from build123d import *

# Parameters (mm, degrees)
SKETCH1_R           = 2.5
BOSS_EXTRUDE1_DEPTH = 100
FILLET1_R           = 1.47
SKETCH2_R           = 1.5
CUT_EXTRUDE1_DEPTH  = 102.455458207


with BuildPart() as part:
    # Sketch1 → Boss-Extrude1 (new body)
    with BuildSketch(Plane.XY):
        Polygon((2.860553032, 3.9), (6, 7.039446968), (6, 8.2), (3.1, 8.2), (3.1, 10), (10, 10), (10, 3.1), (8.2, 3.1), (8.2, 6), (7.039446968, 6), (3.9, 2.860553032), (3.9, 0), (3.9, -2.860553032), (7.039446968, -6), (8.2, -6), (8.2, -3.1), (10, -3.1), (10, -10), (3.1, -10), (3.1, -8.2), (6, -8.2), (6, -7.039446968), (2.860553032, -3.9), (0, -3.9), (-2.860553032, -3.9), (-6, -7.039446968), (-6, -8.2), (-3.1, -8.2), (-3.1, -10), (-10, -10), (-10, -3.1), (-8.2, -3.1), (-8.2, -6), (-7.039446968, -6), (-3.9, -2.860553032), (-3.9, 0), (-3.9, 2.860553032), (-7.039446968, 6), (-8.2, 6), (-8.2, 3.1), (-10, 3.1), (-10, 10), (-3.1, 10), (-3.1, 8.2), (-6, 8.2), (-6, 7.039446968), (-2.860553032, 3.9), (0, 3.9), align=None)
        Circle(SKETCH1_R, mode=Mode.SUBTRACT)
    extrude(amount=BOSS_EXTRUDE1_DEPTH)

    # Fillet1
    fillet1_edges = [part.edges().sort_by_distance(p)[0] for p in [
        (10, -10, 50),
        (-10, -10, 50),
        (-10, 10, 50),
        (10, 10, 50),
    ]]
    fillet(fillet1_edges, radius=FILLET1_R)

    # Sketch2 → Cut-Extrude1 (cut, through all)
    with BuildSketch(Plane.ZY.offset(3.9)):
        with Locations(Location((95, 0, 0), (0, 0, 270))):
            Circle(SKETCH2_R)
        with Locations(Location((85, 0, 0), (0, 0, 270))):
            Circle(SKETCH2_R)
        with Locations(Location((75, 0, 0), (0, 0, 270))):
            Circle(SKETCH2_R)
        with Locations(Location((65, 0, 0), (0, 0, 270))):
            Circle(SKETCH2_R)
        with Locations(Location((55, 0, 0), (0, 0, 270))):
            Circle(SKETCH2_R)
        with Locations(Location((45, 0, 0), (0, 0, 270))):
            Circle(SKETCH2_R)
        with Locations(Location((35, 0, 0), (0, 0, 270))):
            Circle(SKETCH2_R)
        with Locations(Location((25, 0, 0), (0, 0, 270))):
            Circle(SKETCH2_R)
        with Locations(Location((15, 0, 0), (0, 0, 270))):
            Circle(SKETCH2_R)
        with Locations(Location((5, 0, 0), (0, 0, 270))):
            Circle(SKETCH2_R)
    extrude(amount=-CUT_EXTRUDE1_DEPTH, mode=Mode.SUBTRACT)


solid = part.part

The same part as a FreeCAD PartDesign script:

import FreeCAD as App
import Part
import Sketcher


def edges_at(feature, points):
    """Names of the edges that pass closest to the given points."""
    edges = feature.Shape.Edges
    near = lambda p: min(range(len(edges)), key=lambda i: edges[i].distToShape(Part.Vertex(*p))[0])
    return sorted({f"Edge{near(p) + 1}" for p in points})


def add_polygon(sketch, points):
    """Adds a closed chain of lines whose ends are joined by coincident constraints."""
    first, n = sketch.GeometryCount, len(points)
    for a, b in zip(points, points[1:] + points[:1]):
        sketch.addGeometry(Part.LineSegment(App.Vector(*a, 0), App.Vector(*b, 0)), False)
    for i in range(n):
        sketch.addConstraint(Sketcher.Constraint("Coincident", first + i, 2, first + (i + 1) % n, 1))

doc = App.newDocument("Part")
params = doc.addObject("Spreadsheet::Sheet", "Params")
for row, (alias, value) in enumerate([
    ("sketch1_diameter", "5 mm"),
    ("sketch1_width", "2.9 mm"),
    ("sketch1_width2", "6.9 mm"),
    ("sketch1_width3", "1.8 mm"),
    ("pad1_length", "100 mm"),
    ("fillet_radius", "1.47 mm"),
    ("sketch2_diameter", "3 mm"),
], start=1):
    params.set(f"A{row}", alias)
    params.set(f"B{row}", "=" + value)
    params.setAlias(f"B{row}", alias)

body = doc.addObject("PartDesign::Body", "Body")

# Sketch on XY plane
sketch1 = body.newObject("Sketcher::SketchObject", "Sketch")
sketch1.AttachmentSupport = (doc.getObject("XY_Plane"), [""])
sketch1.MapMode = "FlatFace"
add_polygon(sketch1, [(6, 7.039447), (2.860553, 3.9), (-2.860553, 3.9), (-6, 7.039447), (-6, 8.2), (-3.1, 8.2), (-3.1, 10), (-10, 10), (-10, 3.1), (-8.2, 3.1), (-8.2, 6), (-7.039447, 6), (-3.9, 2.860553), (-3.9, -2.860553), (-7.039447, -6), (-8.2, -6), (-8.2, -3.1), (-10, -3.1), (-10, -10), (-3.1, -10), (-3.1, -8.2), (-6, -8.2), (-6, -7.039447), (-2.860553, -3.9), (2.860553, -3.9), (6, -7.039447), (6, -8.2), (3.1, -8.2), (3.1, -10), (10, -10), (10, -3.1), (8.2, -3.1), (8.2, -6), (7.039447, -6), (3.9, -2.860553), (3.9, 2.860553), (7.039447, 6), (8.2, 6), (8.2, 3.1), (10, 3.1), (10, 10), (3.1, 10), (3.1, 8.2), (6, 8.2)])  # lines 0-43
sketch1.addGeometry(Part.Circle(App.Vector(0, 0, 0), App.Vector(0, 0, 1), 2.5), False)  # 44
sketch1.addConstraint(Sketcher.Constraint("Horizontal", 1))
sketch1.addConstraint(Sketcher.Constraint("Vertical", 3))
sketch1.addConstraint(Sketcher.Constraint("Horizontal", 4))
sketch1.addConstraint(Sketcher.Constraint("Vertical", 5))
sketch1.addConstraint(Sketcher.Constraint("Horizontal", 6))
sketch1.addConstraint(Sketcher.Constraint("Vertical", 7))
sketch1.addConstraint(Sketcher.Constraint("Horizontal", 8))
sketch1.addConstraint(Sketcher.Constraint("Vertical", 9))
sketch1.addConstraint(Sketcher.Constraint("Horizontal", 10))
sketch1.addConstraint(Sketcher.Constraint("Vertical", 12))
sketch1.addConstraint(Sketcher.Constraint("Horizontal", 14))
sketch1.addConstraint(Sketcher.Constraint("Vertical", 15))
sketch1.addConstraint(Sketcher.Constraint("Horizontal", 16))
sketch1.addConstraint(Sketcher.Constraint("Vertical", 17))
sketch1.addConstraint(Sketcher.Constraint("Horizontal", 18))
sketch1.addConstraint(Sketcher.Constraint("Vertical", 19))
sketch1.addConstraint(Sketcher.Constraint("Horizontal", 20))
sketch1.addConstraint(Sketcher.Constraint("Vertical", 21))
sketch1.addConstraint(Sketcher.Constraint("Horizontal", 23))
sketch1.addConstraint(Sketcher.Constraint("Vertical", 25))
sketch1.addConstraint(Sketcher.Constraint("Horizontal", 26))
sketch1.addConstraint(Sketcher.Constraint("Vertical", 27))
sketch1.addConstraint(Sketcher.Constraint("Horizontal", 28))
sketch1.addConstraint(Sketcher.Constraint("Vertical", 29))
sketch1.addConstraint(Sketcher.Constraint("Horizontal", 30))
sketch1.addConstraint(Sketcher.Constraint("Vertical", 31))
sketch1.addConstraint(Sketcher.Constraint("Horizontal", 32))
sketch1.addConstraint(Sketcher.Constraint("Vertical", 34))
sketch1.addConstraint(Sketcher.Constraint("Horizontal", 36))
sketch1.addConstraint(Sketcher.Constraint("Vertical", 37))
sketch1.addConstraint(Sketcher.Constraint("Horizontal", 38))
sketch1.addConstraint(Sketcher.Constraint("Vertical", 39))
sketch1.addConstraint(Sketcher.Constraint("Horizontal", 40))
sketch1.addConstraint(Sketcher.Constraint("Vertical", 41))
sketch1.addConstraint(Sketcher.Constraint("Horizontal", 42))
sketch1.addConstraint(Sketcher.Constraint("Vertical", 43))
sketch1.addConstraint(Sketcher.Constraint("Coincident", 44, 3, -1, 1))
sketch1.addConstraint(Sketcher.Constraint("Symmetric", 0, 2, 22, 2, -1, 1))
sketch1.addConstraint(Sketcher.Constraint("Symmetric", 2, 2, 24, 2, -1, 1))
sketch1.addConstraint(Sketcher.Constraint("Symmetric", 4, 2, 26, 2, -1, 1))
sketch1.addConstraint(Sketcher.Constraint("Symmetric", 6, 2, 28, 2, -1, 1))
sketch1.addConstraint(Sketcher.Constraint("Symmetric", 8, 2, 30, 2, -1, 1))
sketch1.addConstraint(Sketcher.Constraint("Symmetric", 10, 2, 32, 2, -1, 1))
sketch1.addConstraint(Sketcher.Constraint("Symmetric", 11, 2, 33, 2, -1, 1))
sketch1.addConstraint(Sketcher.Constraint("Symmetric", 13, 2, 35, 2, -1, 1))
sketch1.addConstraint(Sketcher.Constraint("Symmetric", 15, 2, 37, 2, -1, 1))
sketch1.addConstraint(Sketcher.Constraint("Symmetric", 17, 2, 39, 2, -1, 1))
sketch1.addConstraint(Sketcher.Constraint("Symmetric", 19, 2, 41, 2, -1, 1))
sketch1.addConstraint(Sketcher.Constraint("Symmetric", 21, 2, 43, 2, -1, 1))
sketch1.addConstraint(Sketcher.Constraint("Symmetric", 21, 2, 24, 2, -2))
sketch1.addConstraint(Sketcher.Constraint("Symmetric", 19, 2, 26, 2, -2))
sketch1.addConstraint(Sketcher.Constraint("Symmetric", 17, 2, 28, 2, -2))
sketch1.addConstraint(Sketcher.Constraint("Symmetric", 15, 2, 30, 2, -2))
sketch1.addConstraint(Sketcher.Constraint("Symmetric", 13, 2, 32, 2, -2))
sketch1.addConstraint(Sketcher.Constraint("Perpendicular", 0, 2))
sketch1.addConstraint(Sketcher.Constraint("Parallel", 2, 11))
sketch1.addConstraint(Sketcher.Constraint("Perpendicular", 11, 13))
sketch1.addConstraint(Sketcher.Constraint("Perpendicular", 22, 24))
sketch1.addConstraint(Sketcher.Constraint("Perpendicular", 33, 35))
sketch1.addConstraint(Sketcher.Constraint("Horizontal", 12, 2, 33, 2))
sketch1.addConstraint(Sketcher.Constraint("Equal", 36, 3))
sketch1.addConstraint(Sketcher.Constraint("Equal", 38, 5))
sketch1.addConstraint(Sketcher.Constraint("Equal", 40, 7))
sketch1.addConstraint(Sketcher.Constraint("Equal", 42, 9))
sketch1.addConstraint(Sketcher.Constraint("Equal", 23, 12))
sketch1.addConstraint(Sketcher.Constraint("Equal", 2, 11))
sketch1.addConstraint(Sketcher.Constraint("Diameter", 44, 5.0))
sketch1.addConstraint(Sketcher.Constraint("DistanceX", 4, 1, 4, 2, 2.9))
sketch1.addConstraint(Sketcher.Constraint("DistanceX", 6, 2, 6, 1, 6.9))
sketch1.addConstraint(Sketcher.Constraint("DistanceX", 8, 1, 8, 2, 1.8))
sketch1.addConstraint(Sketcher.Constraint("DistanceX", 2, 2, -1, 1, 6.0))
sketch1.addConstraint(Sketcher.Constraint("DistanceY", -1, 1, 0, 2, 3.9))
sketch1.addConstraint(Sketcher.Constraint("Distance", 0, 4.439848))
sketch1.setExpression("Constraints[110]", "Params.sketch1_diameter")
sketch1.setExpression("Constraints[111]", "Params.sketch1_width")
sketch1.setExpression("Constraints[112]", "Params.sketch1_width2")
sketch1.setExpression("Constraints[113]", "Params.sketch1_width3")
pad1 = body.newObject("PartDesign::Pad", "Pad")
pad1.Profile = sketch1
pad1.setExpression("Length", "Params.pad1_length")
doc.recompute()

fillet = body.newObject("PartDesign::Fillet", "Fillet")
fillet.Base = (pad1, edges_at(pad1, [
    (10, -10, 50),
    (-10, -10, 50),
    (-10, 10, 50),
    (10, 10, 50),
]))
fillet.setExpression("Radius", "Params.fillet_radius")

# Sketch on YZ plane
sketch2 = body.newObject("Sketcher::SketchObject", "Sketch001")
sketch2.AttachmentSupport = (doc.getObject("YZ_Plane"), [""])
sketch2.MapMode = "FlatFace"
sketch2.AttachmentOffset = App.Placement(App.Vector(0, 0, -3.9), App.Rotation())
sketch2.addGeometry(Part.Circle(App.Vector(0, 95, 0), App.Vector(0, 0, 1), 1.5), False)
sketch2.addGeometry(Part.Circle(App.Vector(0, 85, 0), App.Vector(0, 0, 1), 1.5), False)
sketch2.addGeometry(Part.Circle(App.Vector(0, 75, 0), App.Vector(0, 0, 1), 1.5), False)
sketch2.addGeometry(Part.Circle(App.Vector(0, 65, 0), App.Vector(0, 0, 1), 1.5), False)
sketch2.addGeometry(Part.Circle(App.Vector(0, 55, 0), App.Vector(0, 0, 1), 1.5), False)
sketch2.addGeometry(Part.Circle(App.Vector(0, 45, 0), App.Vector(0, 0, 1), 1.5), False)
sketch2.addGeometry(Part.Circle(App.Vector(0, 35, 0), App.Vector(0, 0, 1), 1.5), False)
sketch2.addGeometry(Part.Circle(App.Vector(0, 25, 0), App.Vector(0, 0, 1), 1.5), False)
sketch2.addGeometry(Part.Circle(App.Vector(0, 15, 0), App.Vector(0, 0, 1), 1.5), False)
sketch2.addGeometry(Part.Circle(App.Vector(0, 5, 0), App.Vector(0, 0, 1), 1.5), False)
sketch2.addConstraint(Sketcher.Constraint("Equal", 0, 1))
sketch2.addConstraint(Sketcher.Constraint("Equal", 1, 2))
sketch2.addConstraint(Sketcher.Constraint("Equal", 2, 3))
sketch2.addConstraint(Sketcher.Constraint("Equal", 3, 4))
sketch2.addConstraint(Sketcher.Constraint("Equal", 4, 5))
sketch2.addConstraint(Sketcher.Constraint("Equal", 5, 6))
sketch2.addConstraint(Sketcher.Constraint("Equal", 6, 7))
sketch2.addConstraint(Sketcher.Constraint("Equal", 7, 8))
sketch2.addConstraint(Sketcher.Constraint("Equal", 8, 9))
sketch2.addConstraint(Sketcher.Constraint("PointOnObject", 0, 3, -2))
sketch2.addConstraint(Sketcher.Constraint("PointOnObject", 1, 3, -2))
sketch2.addConstraint(Sketcher.Constraint("PointOnObject", 2, 3, -2))
sketch2.addConstraint(Sketcher.Constraint("PointOnObject", 3, 3, -2))
sketch2.addConstraint(Sketcher.Constraint("PointOnObject", 4, 3, -2))
sketch2.addConstraint(Sketcher.Constraint("PointOnObject", 5, 3, -2))
sketch2.addConstraint(Sketcher.Constraint("PointOnObject", 6, 3, -2))
sketch2.addConstraint(Sketcher.Constraint("PointOnObject", 7, 3, -2))
sketch2.addConstraint(Sketcher.Constraint("PointOnObject", 8, 3, -2))
sketch2.addConstraint(Sketcher.Constraint("PointOnObject", 9, 3, -2))
sketch2.addConstraint(Sketcher.Constraint("Diameter", 0, 3.0))
sketch2.addConstraint(Sketcher.Constraint("DistanceY", -1, 1, 0, 3, 95.0))
sketch2.addConstraint(Sketcher.Constraint("DistanceY", -1, 1, 1, 3, 85.0))
sketch2.addConstraint(Sketcher.Constraint("DistanceY", -1, 1, 2, 3, 75.0))
sketch2.addConstraint(Sketcher.Constraint("DistanceY", -1, 1, 3, 3, 65.0))
sketch2.addConstraint(Sketcher.Constraint("DistanceY", -1, 1, 4, 3, 55.0))
sketch2.addConstraint(Sketcher.Constraint("DistanceY", -1, 1, 5, 3, 45.0))
sketch2.addConstraint(Sketcher.Constraint("DistanceY", -1, 1, 6, 3, 35.0))
sketch2.addConstraint(Sketcher.Constraint("DistanceY", -1, 1, 7, 3, 25.0))
sketch2.addConstraint(Sketcher.Constraint("DistanceY", -1, 1, 8, 3, 15.0))
sketch2.addConstraint(Sketcher.Constraint("DistanceY", -1, 1, 9, 3, 5.0))
sketch2.setExpression("Constraints[19]", "Params.sketch2_diameter")
pocket1 = body.newObject("PartDesign::Pocket", "Pocket")
pocket1.Profile = sketch2
pocket1.Type = "ThroughAll"
pocket1.Reversed = True

doc.recompute()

### Exercise instructions
Return every line of the listing above where "Location" appears.

### Exercise output
        with Locations(Location((95, 0, 0), (0, 0, 270))):
        with Locations(Location((85, 0, 0), (0, 0, 270))):
        with Locations(Location((75, 0, 0), (0, 0, 270))):
        with Locations(Location((65, 0, 0), (0, 0, 270))):
        with Locations(Location((55, 0, 0), (0, 0, 270))):
        with Locations(Location((45, 0, 0), (0, 0, 270))):
        with Locations(Location((35, 0, 0), (0, 0, 270))):
        with Locations(Location((25, 0, 0), (0, 0, 270))):
        with Locations(Location((15, 0, 0), (0, 0, 270))):
        with Locations(Location((5, 0, 0), (0, 0, 270))):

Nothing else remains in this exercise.